I’m in full-out pre-wedding mode. And that means multi-tasking no matter how much I’d prefer to avoid it. For example, at about 1 am this morning I cleaned the cat box but didn’t have time to take the neatly bundled bag of poop all the way to the garage. It was an impressive load. We have two hippo-sized felines and I didn’t have time to clean the box yesterday.
So I left the massive bag at the top of the stairs to remind me to finish the delivery when I left in the morning. Then I went to bed. So far, so good.
This morning I lugged the bag downstairs and realized that today is garbage day, and the cans are full to overflowing. No problem – I’ll just use the garbage can at my office.
At this point you should know that my morning routine involves waking around 6 a.m., grabbing a banana from the kitchen and walking the 47 seconds from my home to my office down the street.
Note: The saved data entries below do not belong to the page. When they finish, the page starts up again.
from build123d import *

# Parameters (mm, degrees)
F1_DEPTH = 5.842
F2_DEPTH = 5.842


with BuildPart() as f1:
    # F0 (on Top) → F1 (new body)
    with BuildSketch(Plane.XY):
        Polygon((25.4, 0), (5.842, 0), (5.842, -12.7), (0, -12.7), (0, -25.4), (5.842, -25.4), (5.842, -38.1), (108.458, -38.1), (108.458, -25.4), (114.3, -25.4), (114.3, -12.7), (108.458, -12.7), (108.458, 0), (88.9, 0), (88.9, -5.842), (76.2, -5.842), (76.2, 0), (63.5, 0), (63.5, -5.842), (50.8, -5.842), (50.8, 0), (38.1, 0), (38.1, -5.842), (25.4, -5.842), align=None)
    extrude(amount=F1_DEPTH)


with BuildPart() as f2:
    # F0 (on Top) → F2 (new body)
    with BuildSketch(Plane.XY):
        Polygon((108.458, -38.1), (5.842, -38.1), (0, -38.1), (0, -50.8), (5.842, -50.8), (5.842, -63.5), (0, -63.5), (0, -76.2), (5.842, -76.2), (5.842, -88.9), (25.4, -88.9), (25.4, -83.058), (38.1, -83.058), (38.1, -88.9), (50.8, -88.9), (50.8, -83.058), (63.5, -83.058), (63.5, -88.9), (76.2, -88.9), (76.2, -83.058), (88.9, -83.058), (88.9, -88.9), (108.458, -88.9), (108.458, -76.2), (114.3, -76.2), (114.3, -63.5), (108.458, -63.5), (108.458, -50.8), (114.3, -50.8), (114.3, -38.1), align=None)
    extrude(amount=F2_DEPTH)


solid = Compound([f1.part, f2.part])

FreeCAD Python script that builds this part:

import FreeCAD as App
import Part
import Sketcher

V = App.Vector
Q = App.Units.Quantity

doc = App.newDocument("Part")
body = doc.addObject("PartDesign::Body", "Body")

sketch1 = body.newObject("Sketcher::SketchObject", "Sketch")
sketch1.AttachmentSupport = (doc.getObject("XY_Plane"), [""])
sketch1.MapMode = "FlatFace"
sketch1.addGeometry([
    Part.LineSegment(V(25, 0, 0), V(6, 0, 0)),
    Part.LineSegment(V(6, 0, 0), V(6, -13, 0)),
    Part.LineSegment(V(6, -13, 0), V(0, -13, 0)),
    Part.LineSegment(V(0, -13, 0), V(0, -25, 0)),
    Part.LineSegment(V(0, -25, 0), V(6, -25, 0)),
    Part.LineSegment(V(6, -25, 0), V(6, -38, 0)),
    Part.LineSegment(V(6, -38, 0), V(108, -38, 0)),
    Part.LineSegment(V(108, -38, 0), V(108, -25, 0)),
    Part.LineSegment(V(108, -25, 0), V(114, -25, 0)),
    Part.LineSegment(V(114, -25, 0), V(114, -13, 0)),
    Part.LineSegment(V(114, -13, 0), V(108, -13, 0)),
    Part.LineSegment(V(108, -13, 0), V(108, 0, 0)),
    Part.LineSegment(V(108, 0, 0), V(89, 0, 0)),
    Part.LineSegment(V(89, 0, 0), V(89, -6, 0)),
    Part.LineSegment(V(89, -6, 0), V(76, -6, 0)),
    Part.LineSegment(V(76, -6, 0), V(76, 0, 0)),
    Part.LineSegment(V(76, 0, 0), V(64, 0, 0)),
    Part.LineSegment(V(64, 0, 0), V(64, -6, 0)),
    Part.LineSegment(V(64, -6, 0), V(51, -6, 0)),
    Part.LineSegment(V(51, -6, 0), V(51, 0, 0)),
    Part.LineSegment(V(51, 0, 0), V(38, 0, 0)),
    Part.LineSegment(V(38, 0, 0), V(38, -6, 0)),
    Part.LineSegment(V(38, -6, 0), V(25, -6, 0)),
    Part.LineSegment(V(25, -6, 0), V(25, 0, 0)),
], False)
sketch1.addConstraint([
    Sketcher.Constraint("Coincident", 0, 2, 1, 1),
    Sketcher.Constraint("Coincident", 1, 2, 2, 1),
    Sketcher.Constraint("Coincident", 2, 2, 3, 1),
    Sketcher.Constraint("Coincident", 3, 2, 4, 1),
    Sketcher.Constraint("Coincident", 4, 2, 5, 1),
    Sketcher.Constraint("Coincident", 5, 2, 6, 1),
    Sketcher.Constraint("Coincident", 6, 2, 7, 1),
    Sketcher.Constraint("Coincident", 7, 2, 8, 1),
    Sketcher.Constraint("Coincident", 8, 2, 9, 1),
    Sketcher.Constraint("Coincident", 9, 2, 10, 1),
    Sketcher.Constraint("Coincident", 10, 2, 11, 1),
    Sketcher.Constraint("Coincident", 11, 2, 12, 1),
    Sketcher.Constraint("Coincident", 12, 2, 13, 1),
    Sketcher.Constraint("Coincident", 13, 2, 14, 1),
    Sketcher.Constraint("Coincident", 14, 2, 15, 1),
    Sketcher.Constraint("Coincident", 15, 2, 16, 1),
    Sketcher.Constraint("Coincident", 16, 2, 17, 1),
    Sketcher.Constraint("Coincident", 17, 2, 18, 1),
    Sketcher.Constraint("Coincident", 18, 2, 19, 1),
    Sketcher.Constraint("Coincident", 19, 2, 20, 1),
    Sketcher.Constraint("Coincident", 20, 2, 21, 1),
    Sketcher.Constraint("Coincident", 21, 2, 22, 1),
    Sketcher.Constraint("Coincident", 22, 2, 23, 1),
    Sketcher.Constraint("Coincident", 23, 2, 0, 1),
    Sketcher.Constraint("Horizontal", 0),
    Sketcher.Constraint("Vertical", 1),
    Sketcher.Constraint("Horizontal", 2),
    Sketcher.Constraint("Vertical", 3),
    Sketcher.Constraint("Horizontal", 4),
    Sketcher.Constraint("Vertical", 5),
    Sketcher.Constraint("Horizontal", 6),
    Sketcher.Constraint("Vertical", 7),
    Sketcher.Constraint("Horizontal", 8),
    Sketcher.Constraint("Vertical", 9),
    Sketcher.Constraint("Horizontal", 10),
    Sketcher.Constraint("Vertical", 11),
    Sketcher.Constraint("Horizontal", 12),
    Sketcher.Constraint("Vertical", 13),
    Sketcher.Constraint("Horizontal", 14),
    Sketcher.Constraint("Vertical", 15),
    Sketcher.Constraint("Horizontal", 16),
    Sketcher.Constraint("Vertical", 17),
    Sketcher.Constraint("Horizontal", 18),
    Sketcher.Constraint("Vertical", 19),
    Sketcher.Constraint("Horizontal", 20),
    Sketcher.Constraint("Vertical", 21),
    Sketcher.Constraint("Horizontal", 22),
    Sketcher.Constraint("Vertical", 23),
    Sketcher.Constraint("PointOnObject", 0, 2, -1),
    Sketcher.Constraint("PointOnObject", 2, 2, -2),
    Sketcher.Constraint("PointOnObject", 11, 2, -1),
    Sketcher.Constraint("PointOnObject", 15, 2, -1),
    Sketcher.Constraint("PointOnObject", 19, 2, -1),
    Sketcher.Constraint("Horizontal", 4, 2, 7, 2),
    Sketcher.Constraint("Horizontal", 2, 2, 9, 2),
    Sketcher.Constraint("Horizontal", 14, 2, 17, 2),
    Sketcher.Constraint("Horizontal", 18, 2, 21, 2),
    Sketcher.Constraint("Vertical", 1, 2, 4, 2),
    Sketcher.Constraint("Vertical", 7, 2, 10, 2),
    Sketcher.Constraint("Equal", 4, 8),
    Sketcher.Constraint("Equal", 0, 12),
    Sketcher.Constraint("Equal", 14, 16),
    Sketcher.Constraint("Equal", 16, 18),
    Sketcher.Constraint("Equal", 18, 20),
    Sketcher.Constraint("Equal", 20, 22),
    Sketcher.Constraint("Equal", 22, 1),
    Sketcher.Constraint("Equal", 1, 3),
    Sketcher.Constraint("Equal", 3, 5),
    Sketcher.Constraint("Equal", 10, 13),
    Sketcher.Constraint("DistanceX", 14, 2, 14, 1, Q("0.5 in")),
    Sketcher.Constraint("DistanceX", -1, 1, 14, 2, Q("3 in")),
    Sketcher.Constraint("DistanceX", 0, 2, 0, 1, Q("0.77 in")),
])
pad1 = body.newObject("PartDesign::Pad", "Pad")
pad1.Profile = sketch1
pad1.Length = Q("0.23 in")
body2 = doc.addObject("PartDesign::Body", "Body001")

sketch2 = body2.newObject("Sketcher::SketchObject", "Sketch001")
sketch2.AttachmentSupport = (doc.getObject("XY_Plane001"), [""])
sketch2.MapMode = "FlatFace"
sketch2.addGeometry([
    Part.LineSegment(V(0, -38, 0), V(0, -51, 0)),
    Part.LineSegment(V(0, -51, 0), V(6, -51, 0)),
    Part.LineSegment(V(6, -51, 0), V(6, -64, 0)),
    Part.LineSegment(V(6, -64, 0), V(0, -64, 0)),
    Part.LineSegment(V(0, -64, 0), V(0, -76, 0)),
    Part.LineSegment(V(0, -76, 0), V(6, -76, 0)),
    Part.LineSegment(V(6, -76, 0), V(6, -89, 0)),
    Part.LineSegment(V(6, -89, 0), V(25, -89, 0)),
    Part.LineSegment(V(25, -89, 0), V(25, -83, 0)),
    Part.LineSegment(V(25, -83, 0), V(38, -83, 0)),
    Part.LineSegment(V(38, -83, 0), V(38, -89, 0)),
    Part.LineSegment(V(38, -89, 0), V(51, -89, 0)),
    Part.LineSegment(V(51, -89, 0), V(51, -83, 0)),
    Part.LineSegment(V(51, -83, 0), V(64, -83, 0)),
    Part.LineSegment(V(64, -83, 0), V(64, -89, 0)),
    Part.LineSegment(V(64, -89, 0), V(76, -89, 0)),
    Part.LineSegment(V(76, -89, 0), V(76, -83, 0)),
    Part.LineSegment(V(76, -83, 0), V(89, -83, 0)),
    Part.LineSegment(V(89, -83, 0), V(89, -89, 0)),
    Part.LineSegment(V(89, -89, 0), V(108, -89, 0)),
    Part.LineSegment(V(108, -89, 0), V(108, -76, 0)),
    Part.LineSegment(V(108, -76, 0), V(114, -76, 0)),
    Part.LineSegment(V(114, -76, 0), V(114, -64, 0)),
    Part.LineSegment(V(114, -64, 0), V(108, -64, 0)),
    Part.LineSegment(V(108, -64, 0), V(108, -51, 0)),
    Part.LineSegment(V(108, -51, 0), V(114, -51, 0)),
    Part.LineSegment(V(114, -51, 0), V(114, -38, 0)),
    Part.LineSegment(V(114, -38, 0), V(0, -38, 0)),
], False)
sketch2.addConstraint([
    Sketcher.Constraint("Coincident", 0, 2, 1, 1),
    Sketcher.Constraint("Coincident", 1, 2, 2, 1),
    Sketcher.Constraint("Coincident", 2, 2, 3, 1),
    Sketcher.Constraint("Coincident", 3, 2, 4, 1),
    Sketcher.Constraint("Coincident", 4, 2, 5, 1),
    Sketcher.Constraint("Coincident", 5, 2, 6, 1),
    Sketcher.Constraint("Coincident", 6, 2, 7, 1),
    Sketcher.Constraint("Coincident", 7, 2, 8, 1),
    Sketcher.Constraint("Coincident", 8, 2, 9, 1),
    Sketcher.Constraint("Coincident", 9, 2, 10, 1),
    Sketcher.Constraint("Coincident", 10, 2, 11, 1),
    Sketcher.Constraint("Coincident", 11, 2, 12, 1),
    Sketcher.Constraint("Coincident", 12, 2, 13, 1),
    Sketcher.Constraint("Coincident", 13, 2, 14, 1),
    Sketcher.Constraint("Coincident", 14, 2, 15, 1),
    Sketcher.Constraint("Coincident", 15, 2, 16, 1),
    Sketcher.Constraint("Coincident", 16, 2, 17, 1),
    Sketcher.Constraint("Coincident", 17, 2, 18, 1),
    Sketcher.Constraint("Coincident", 18, 2, 19, 1),
    Sketcher.Constraint("Coincident", 19, 2, 20, 1),
    Sketcher.Constraint("Coincident", 20, 2, 21, 1),
    Sketcher.Constraint("Coincident", 21, 2, 22, 1),
    Sketcher.Constraint("Coincident", 22, 2, 23, 1),
    Sketcher.Constraint("Coincident", 23, 2, 24, 1),
    Sketcher.Constraint("Coincident", 24, 2, 25, 1),
    Sketcher.Constraint("Coincident", 25, 2, 26, 1),
    Sketcher.Constraint("Coincident", 26, 2, 27, 1),
    Sketcher.Constraint("Coincident", 27, 2, 0, 1),
    Sketcher.Constraint("Vertical", 0),
    Sketcher.Constraint("Horizontal", 1),
    Sketcher.Constraint("Vertical", 2),
    Sketcher.Constraint("Horizontal", 3),
    Sketcher.Constraint("Vertical", 4),
    Sketcher.Constraint("Horizontal", 5),
    Sketcher.Constraint("Vertical", 6),
    Sketcher.Constraint("Horizontal", 7),
    Sketcher.Constraint("Vertical", 8),
    Sketcher.Constraint("Horizontal", 9),
    Sketcher.Constraint("Vertical", 10),
    Sketcher.Constraint("Horizontal", 11),
    Sketcher.Constraint("Vertical", 12),
    Sketcher.Constraint("Horizontal", 13),
    Sketcher.Constraint("Vertical", 14),
    Sketcher.Constraint("Horizontal", 15),
    Sketcher.Constraint("Vertical", 16),
    Sketcher.Constraint("Horizontal", 17),
    Sketcher.Constraint("Vertical", 18),
    Sketcher.Constraint("Horizontal", 19),
    Sketcher.Constraint("Vertical", 20),
    Sketcher.Constraint("Horizontal", 21),
    Sketcher.Constraint("Vertical", 22),
    Sketcher.Constraint("Horizontal", 23),
    Sketcher.Constraint("Vertical", 24),
    Sketcher.Constraint("Horizontal", 25),
    Sketcher.Constraint("Vertical", 26),
    Sketcher.Constraint("Horizontal", 27),
    Sketcher.Constraint("PointOnObject", 0, 2, -2),
    Sketcher.Constraint("PointOnObject", 3, 2, -2),
    Sketcher.Constraint("Horizontal", 7, 2, 10, 2),
    Sketcher.Constraint("Horizontal", 9, 2, 12, 2),
    Sketcher.Constraint("Horizontal", 11, 2, 14, 2),
    Sketcher.Constraint("Horizontal", 13, 2, 16, 2),
    Sketcher.Constraint("Horizontal", 15, 2, 18, 2),
    Sketcher.Constraint("Horizontal", 5, 2, 20, 2),
    Sketcher.Constraint("Horizontal", 3, 2, 22, 2),
    Sketcher.Constraint("Horizontal", 1, 2, 24, 2),
    Sketcher.Constraint("Vertical", 2, 2, 5, 2),
    Sketcher.Constraint("Vertical", 20, 2, 23, 2),
    Sketcher.Constraint("Vertical", 22, 2, 25, 2),
    Sketcher.Constraint("Equal", 9, 11),
    Sketcher.Constraint("Equal", 11, 13),
    Sketcher.Constraint("Equal", 13, 15),
    Sketcher.Constraint("Equal", 15, 17),
    Sketcher.Constraint("Equal", 7, 19),
    Sketcher.Constraint("Equal", 5, 21),
    Sketcher.Constraint("Equal", 17, 0),
    Sketcher.Constraint("Equal", 0, 2),
    Sketcher.Constraint("Equal", 2, 4),
    Sketcher.Constraint("Equal", 4, 6),
    Sketcher.Constraint("Equal", 25, 8),
    Sketcher.Constraint("DistanceX", 9, 1, 9, 2, Q("0.5 in")),
    Sketcher.Constraint("DistanceX", 27, 2, 27, 1, Q("4.5 in")),
    Sketcher.Constraint("DistanceY", 0, 2, -1, 1, Q("2 in")),
    Sketcher.Constraint("DistanceX", 1, 1, 1, 2, Q("0.23 in")),
])
pad2 = body2.newObject("PartDesign::Pad", "Pad001")
pad2.Profile = sketch2
pad2.Length = Q("0.23 in")

doc.recompute()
This morning we were out of bananas. So I grab a yogurt and a plastic spoon in my right hand, the massive load-o-poop in the other, and stagger out the front door, operating on about 7 hours of sleep in two days. I’m so tired that I literally can’t walk a straight line. I probably look drunk, and I’m hoping the neighbors aren’t awake, because if you see a guy carrying a load of crap in one hand and his breakfast in the other, that’s how you’ll remember him for the rest of your life.
At some point, probably about 32 seconds into my commute, it dawned on me that I had inadvertently become a metaphor for life in general. Life is half delicious yogurt, half crap, and your job is to keep the plastic spoon in the yogurt.